1. Copy the original gnuplot scripts to the current analysis directory by executing:
  copy_sampcon_gnuplot_scripts.py
  
  This will copy for scripts to the current directory:
  
  Plot_Cluster_Population.plt for the elongator.Cluster_Population.pdf plot
  
  Plot_Convergence_NM.plt for the elongator.ChiSquare.pdf plot
  
  Plot_Convergence_SD.plt for the elongator.Score_Dist.pdf plot
  
  Plot_Convergence_TS.plt for the elongator.Top_Score_Conv.pdf plot
2. Edit the scripts to adjust according to your liking
3. Run the scripts again:
  gnuplot -e "sysname='elongator'" Plot_Cluster_Population.plt gnuplot -e "sysname='elongator'" Plot_Convergence_NM.plt gnuplot -e "sysname='elongator'" Plot_Convergence_SD.plt gnuplot -e "sysname='elongator'" Plot_Convergence_TS.plt
Extract cluster models:
For example, for the top cluster:
extract_cluster_models.py \ --project_dir ../../../ \ --outdir cluster.0/ \ --ntop 5 \ --scores ../all_scores.csv \ --rebuild_loops \ Identities_A.txt Identities_B.txt cluster.0.all.txt
Yes, no json file as the last argument (contrary to Analyze), for refinement of multiple models the program will find JSON files itself (as they are different for each model).
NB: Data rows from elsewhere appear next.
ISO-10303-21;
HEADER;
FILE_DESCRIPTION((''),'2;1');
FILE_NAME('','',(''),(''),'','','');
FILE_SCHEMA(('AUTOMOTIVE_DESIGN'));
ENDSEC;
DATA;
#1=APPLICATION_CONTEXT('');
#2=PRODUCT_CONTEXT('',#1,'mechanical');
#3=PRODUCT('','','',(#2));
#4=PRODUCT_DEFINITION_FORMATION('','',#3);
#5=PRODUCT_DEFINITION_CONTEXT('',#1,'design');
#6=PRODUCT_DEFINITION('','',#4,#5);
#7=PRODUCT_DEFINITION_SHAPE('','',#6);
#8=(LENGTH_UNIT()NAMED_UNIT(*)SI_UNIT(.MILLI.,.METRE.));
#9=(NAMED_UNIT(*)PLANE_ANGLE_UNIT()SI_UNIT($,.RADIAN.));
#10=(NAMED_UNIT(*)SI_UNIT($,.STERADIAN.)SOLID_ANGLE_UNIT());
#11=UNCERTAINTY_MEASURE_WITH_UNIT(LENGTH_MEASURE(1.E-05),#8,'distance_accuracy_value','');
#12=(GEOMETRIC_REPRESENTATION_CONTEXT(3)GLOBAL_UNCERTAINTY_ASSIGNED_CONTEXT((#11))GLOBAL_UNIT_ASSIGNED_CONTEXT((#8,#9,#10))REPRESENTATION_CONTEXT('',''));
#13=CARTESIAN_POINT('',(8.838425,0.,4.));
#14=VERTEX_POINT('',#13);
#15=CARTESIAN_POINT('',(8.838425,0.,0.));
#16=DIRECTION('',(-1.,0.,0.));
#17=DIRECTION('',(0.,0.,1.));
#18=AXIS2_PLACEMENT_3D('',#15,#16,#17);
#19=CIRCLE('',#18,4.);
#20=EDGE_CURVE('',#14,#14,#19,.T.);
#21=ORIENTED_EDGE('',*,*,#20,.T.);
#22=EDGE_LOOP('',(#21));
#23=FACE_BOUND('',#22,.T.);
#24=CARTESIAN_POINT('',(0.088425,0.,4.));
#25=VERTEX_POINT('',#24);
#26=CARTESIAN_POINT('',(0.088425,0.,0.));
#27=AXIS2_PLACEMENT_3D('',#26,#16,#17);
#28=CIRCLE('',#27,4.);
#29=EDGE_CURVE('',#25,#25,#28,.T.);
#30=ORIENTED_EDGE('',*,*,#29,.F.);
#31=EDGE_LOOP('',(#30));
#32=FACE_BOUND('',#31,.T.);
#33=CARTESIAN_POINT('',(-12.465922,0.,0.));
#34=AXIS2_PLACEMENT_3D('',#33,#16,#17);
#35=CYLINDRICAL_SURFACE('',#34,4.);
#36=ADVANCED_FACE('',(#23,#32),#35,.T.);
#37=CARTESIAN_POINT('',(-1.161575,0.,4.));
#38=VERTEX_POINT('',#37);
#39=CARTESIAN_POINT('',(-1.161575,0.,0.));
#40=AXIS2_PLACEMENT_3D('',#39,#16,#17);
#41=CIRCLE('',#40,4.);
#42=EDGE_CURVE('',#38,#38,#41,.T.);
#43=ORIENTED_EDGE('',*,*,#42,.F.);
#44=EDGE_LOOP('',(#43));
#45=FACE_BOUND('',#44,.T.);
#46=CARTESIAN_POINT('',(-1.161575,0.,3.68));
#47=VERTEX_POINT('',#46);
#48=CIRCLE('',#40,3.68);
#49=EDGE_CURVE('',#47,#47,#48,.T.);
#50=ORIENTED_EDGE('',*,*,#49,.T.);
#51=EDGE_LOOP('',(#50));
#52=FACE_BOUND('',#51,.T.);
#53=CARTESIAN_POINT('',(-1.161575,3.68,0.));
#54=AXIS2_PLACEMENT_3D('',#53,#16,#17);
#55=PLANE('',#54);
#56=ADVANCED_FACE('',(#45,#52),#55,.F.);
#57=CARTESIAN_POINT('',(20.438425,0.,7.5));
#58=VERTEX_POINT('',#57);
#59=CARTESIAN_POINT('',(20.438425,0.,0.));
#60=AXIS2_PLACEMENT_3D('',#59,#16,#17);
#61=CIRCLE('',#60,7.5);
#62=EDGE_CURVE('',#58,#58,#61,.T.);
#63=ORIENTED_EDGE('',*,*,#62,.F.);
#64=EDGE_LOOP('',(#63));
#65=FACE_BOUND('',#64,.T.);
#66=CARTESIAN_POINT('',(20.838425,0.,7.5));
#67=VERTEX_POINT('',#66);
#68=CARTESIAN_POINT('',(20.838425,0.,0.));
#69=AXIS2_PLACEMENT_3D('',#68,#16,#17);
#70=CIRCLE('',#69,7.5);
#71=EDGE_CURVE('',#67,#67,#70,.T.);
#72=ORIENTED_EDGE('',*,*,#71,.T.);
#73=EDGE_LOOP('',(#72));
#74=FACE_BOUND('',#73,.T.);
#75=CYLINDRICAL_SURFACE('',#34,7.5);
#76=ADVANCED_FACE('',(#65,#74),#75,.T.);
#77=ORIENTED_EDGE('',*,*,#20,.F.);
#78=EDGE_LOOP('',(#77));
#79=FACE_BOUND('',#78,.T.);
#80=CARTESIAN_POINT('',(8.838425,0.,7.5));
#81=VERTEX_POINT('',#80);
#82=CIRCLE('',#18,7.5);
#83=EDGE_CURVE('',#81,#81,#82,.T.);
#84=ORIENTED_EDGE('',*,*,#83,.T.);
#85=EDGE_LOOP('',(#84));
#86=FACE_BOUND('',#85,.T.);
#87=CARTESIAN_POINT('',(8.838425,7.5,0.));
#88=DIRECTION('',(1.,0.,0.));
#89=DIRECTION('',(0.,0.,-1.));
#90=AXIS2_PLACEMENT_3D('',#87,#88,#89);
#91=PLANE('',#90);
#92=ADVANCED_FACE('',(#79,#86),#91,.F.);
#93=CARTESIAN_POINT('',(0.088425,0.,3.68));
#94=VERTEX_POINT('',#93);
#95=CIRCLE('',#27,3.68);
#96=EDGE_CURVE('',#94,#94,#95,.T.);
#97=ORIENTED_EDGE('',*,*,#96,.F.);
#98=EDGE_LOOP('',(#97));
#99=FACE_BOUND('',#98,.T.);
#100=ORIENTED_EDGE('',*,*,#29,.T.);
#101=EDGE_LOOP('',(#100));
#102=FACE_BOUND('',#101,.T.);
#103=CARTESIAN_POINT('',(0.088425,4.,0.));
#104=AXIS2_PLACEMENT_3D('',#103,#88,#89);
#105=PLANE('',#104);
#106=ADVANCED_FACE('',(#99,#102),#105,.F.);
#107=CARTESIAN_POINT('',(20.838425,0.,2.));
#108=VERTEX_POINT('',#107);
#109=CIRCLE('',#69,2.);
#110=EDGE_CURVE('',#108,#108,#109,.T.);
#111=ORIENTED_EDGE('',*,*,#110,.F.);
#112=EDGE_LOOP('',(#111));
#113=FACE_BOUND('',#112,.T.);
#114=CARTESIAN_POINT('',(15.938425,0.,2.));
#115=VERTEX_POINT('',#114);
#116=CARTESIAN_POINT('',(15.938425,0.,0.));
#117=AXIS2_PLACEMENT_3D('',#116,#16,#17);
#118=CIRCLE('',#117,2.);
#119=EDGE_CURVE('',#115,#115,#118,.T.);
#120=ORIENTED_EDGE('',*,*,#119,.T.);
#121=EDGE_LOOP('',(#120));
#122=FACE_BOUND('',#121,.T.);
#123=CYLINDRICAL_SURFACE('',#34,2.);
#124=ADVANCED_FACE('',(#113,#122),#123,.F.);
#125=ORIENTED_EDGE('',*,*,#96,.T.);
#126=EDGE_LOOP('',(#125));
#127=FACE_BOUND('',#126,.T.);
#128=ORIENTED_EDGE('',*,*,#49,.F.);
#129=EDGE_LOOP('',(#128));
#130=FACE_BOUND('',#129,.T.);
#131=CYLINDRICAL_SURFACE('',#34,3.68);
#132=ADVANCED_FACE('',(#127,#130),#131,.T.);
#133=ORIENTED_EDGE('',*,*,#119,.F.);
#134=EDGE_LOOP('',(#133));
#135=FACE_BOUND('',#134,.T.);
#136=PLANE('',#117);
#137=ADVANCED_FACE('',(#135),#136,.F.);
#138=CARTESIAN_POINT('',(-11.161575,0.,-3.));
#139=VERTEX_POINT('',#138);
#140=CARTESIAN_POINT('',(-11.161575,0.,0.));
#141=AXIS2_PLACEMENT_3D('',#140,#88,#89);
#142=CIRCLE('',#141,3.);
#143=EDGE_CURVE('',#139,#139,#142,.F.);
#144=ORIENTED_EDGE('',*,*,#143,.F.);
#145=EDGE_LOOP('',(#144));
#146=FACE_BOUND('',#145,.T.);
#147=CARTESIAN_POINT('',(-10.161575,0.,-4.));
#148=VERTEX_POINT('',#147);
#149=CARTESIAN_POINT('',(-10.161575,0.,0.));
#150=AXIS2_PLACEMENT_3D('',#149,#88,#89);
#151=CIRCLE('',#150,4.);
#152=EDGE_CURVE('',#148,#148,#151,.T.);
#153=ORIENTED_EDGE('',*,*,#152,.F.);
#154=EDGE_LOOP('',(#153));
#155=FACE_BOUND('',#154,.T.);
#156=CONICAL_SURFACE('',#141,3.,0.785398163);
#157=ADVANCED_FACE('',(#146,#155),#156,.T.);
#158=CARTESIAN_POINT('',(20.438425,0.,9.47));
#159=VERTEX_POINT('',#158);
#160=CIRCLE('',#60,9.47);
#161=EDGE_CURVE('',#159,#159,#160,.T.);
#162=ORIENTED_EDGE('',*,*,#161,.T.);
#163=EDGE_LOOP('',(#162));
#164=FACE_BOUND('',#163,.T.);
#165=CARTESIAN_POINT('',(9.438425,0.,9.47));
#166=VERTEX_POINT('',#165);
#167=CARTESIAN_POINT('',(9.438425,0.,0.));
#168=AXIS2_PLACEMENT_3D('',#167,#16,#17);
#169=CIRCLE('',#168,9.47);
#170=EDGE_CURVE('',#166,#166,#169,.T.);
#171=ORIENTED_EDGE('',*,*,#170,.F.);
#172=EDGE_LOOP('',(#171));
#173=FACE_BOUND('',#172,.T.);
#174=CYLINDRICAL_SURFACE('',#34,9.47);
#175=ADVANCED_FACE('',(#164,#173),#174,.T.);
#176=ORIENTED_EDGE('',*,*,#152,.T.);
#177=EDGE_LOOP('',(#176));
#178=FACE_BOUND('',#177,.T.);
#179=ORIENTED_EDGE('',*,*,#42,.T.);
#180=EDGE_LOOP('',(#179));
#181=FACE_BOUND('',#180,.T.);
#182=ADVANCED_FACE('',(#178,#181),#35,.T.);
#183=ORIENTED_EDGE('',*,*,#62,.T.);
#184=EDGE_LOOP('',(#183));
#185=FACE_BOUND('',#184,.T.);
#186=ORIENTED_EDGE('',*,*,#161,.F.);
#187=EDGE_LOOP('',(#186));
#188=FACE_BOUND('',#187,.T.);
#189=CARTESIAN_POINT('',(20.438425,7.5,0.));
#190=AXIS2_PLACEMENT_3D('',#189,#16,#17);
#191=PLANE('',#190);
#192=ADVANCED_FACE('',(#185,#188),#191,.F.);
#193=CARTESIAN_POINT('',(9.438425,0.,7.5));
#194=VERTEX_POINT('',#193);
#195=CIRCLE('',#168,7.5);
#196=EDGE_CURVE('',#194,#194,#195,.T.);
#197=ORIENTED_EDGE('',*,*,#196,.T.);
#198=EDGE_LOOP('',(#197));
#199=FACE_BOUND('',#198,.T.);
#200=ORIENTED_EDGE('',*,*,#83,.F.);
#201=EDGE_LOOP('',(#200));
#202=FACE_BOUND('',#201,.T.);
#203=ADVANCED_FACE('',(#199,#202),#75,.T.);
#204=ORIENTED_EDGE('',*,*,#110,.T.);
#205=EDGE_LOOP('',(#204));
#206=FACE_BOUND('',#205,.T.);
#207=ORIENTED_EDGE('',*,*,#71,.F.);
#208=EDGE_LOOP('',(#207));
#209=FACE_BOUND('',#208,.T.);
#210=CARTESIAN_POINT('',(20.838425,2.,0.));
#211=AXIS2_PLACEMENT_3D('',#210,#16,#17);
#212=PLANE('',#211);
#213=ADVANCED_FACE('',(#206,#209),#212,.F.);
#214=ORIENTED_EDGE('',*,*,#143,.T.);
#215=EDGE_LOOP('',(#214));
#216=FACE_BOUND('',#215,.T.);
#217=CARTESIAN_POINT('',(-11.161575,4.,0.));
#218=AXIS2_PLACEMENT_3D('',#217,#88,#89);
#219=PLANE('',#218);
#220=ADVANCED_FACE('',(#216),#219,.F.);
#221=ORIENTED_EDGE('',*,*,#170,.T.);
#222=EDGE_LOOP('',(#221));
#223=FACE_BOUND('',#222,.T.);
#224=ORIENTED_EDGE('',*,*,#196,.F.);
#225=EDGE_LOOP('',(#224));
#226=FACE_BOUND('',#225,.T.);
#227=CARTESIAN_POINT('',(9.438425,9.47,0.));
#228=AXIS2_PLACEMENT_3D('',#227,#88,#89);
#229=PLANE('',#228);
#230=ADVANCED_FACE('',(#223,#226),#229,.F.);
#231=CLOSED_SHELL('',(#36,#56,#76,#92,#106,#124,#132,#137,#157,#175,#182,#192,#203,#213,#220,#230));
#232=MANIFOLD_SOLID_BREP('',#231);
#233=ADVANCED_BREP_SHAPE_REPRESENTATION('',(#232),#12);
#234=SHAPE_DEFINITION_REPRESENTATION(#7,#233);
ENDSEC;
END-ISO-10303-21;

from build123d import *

# Parameters (mm, degrees)
SMUSSO1_SIZE = 1


with BuildPart() as part:
    # Schizzo1 → Rivoluzione1 (revolve)
    with BuildSketch(Plane.XY, mode=Mode.PRIVATE) as rivoluzione1_sk:
        Polygon((15.938425382, 0), (15.938425382, 2), (20.838425382, 2), (20.838425382, 7.5), (20.438425382, 7.5), (20.438425382, 9.47), (9.438425382, 9.47), (9.438425382, 7.5), (8.838425382, 7.5), (8.838425382, 4), (0.088425382, 4), (0.088425382, 3.68), (-1.161574618, 3.68), (-1.161574618, 4), (-11.161574618, 4), (-11.161574618, 0), align=None)
    revolve(rivoluzione1_sk.sketch.rotate(Axis((-12.465922444, 0, 0), (1, 0, 0)), 90), axis=Axis((-12.465922444, 0, 0), (1, 0, 0)))

    # Smusso1
    smusso1_edges = [part.edges().sort_by_distance(p)[0] for p in [
        (-11.161574618, 0, -4),
    ]]
    chamfer(smusso1_edges, length=SMUSSO1_SIZE)


solid = part.part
If you want to re-cluster at a specific threshold (e.g. to get bigger clusters), you can do:

mkdir recluster
cd recluster/
cp ../Distances_Matrix.data.npy .
cp ../*ChiSquare_Grid_Stats.txt .
cp ../*Sampling_Precision_Stats.txt .
imp_sampcon exhaust -n elongator \
--rmfA ../sample_A/sample_A_models.rmf3 \
--rmfB ../sample_B/sample_B_models.rmf3 \
--scoreA ../scoresA.txt --scoreB ../scoresB.txt \
-d ../density.txt \
-m cpu_omp \
-c 4 \
-gp \
--ambiguity ../../symm_groups.txt \
--skip \
--cluster_threshold 25 \
--voxel 2

And generate cluster models updating paths:

extract_cluster_models.py \
    --project_dir ../../../../ \
    --outdir cluster.0/ \
    --ntop 1 \
    --scores ../../all_scores.csv \
    --rebuild_loops \
    ../Identities_A.txt ../Identities_B.txt cluster.0.all.txt

Conclusions

The analysis shows that the sampling converged was exhaustive:

the individual runs converge

the exhaustiveness has been reached at 10-20 Angstrom according to the statistical test

two random samples of models have similar score distributions and are similarly distributed over the clusters

Warning

The precision estimates still should be taken with caution, as for the previous stage, but here the estimates are a bit more realistic because the original models were allowed to explore larger conformational space.

The crosslinks are now satisfied in the top scoring model.

For further biological hypothesis generation based on the model, we would use the top scoring models from each cluster and from all runs.

We might use this top scoring model as a representative model for figures.

As the “final output”, however, we would use the ensemble of models (e.g. from the clusters or top 10 models from all runs) for depicting the uncertainty.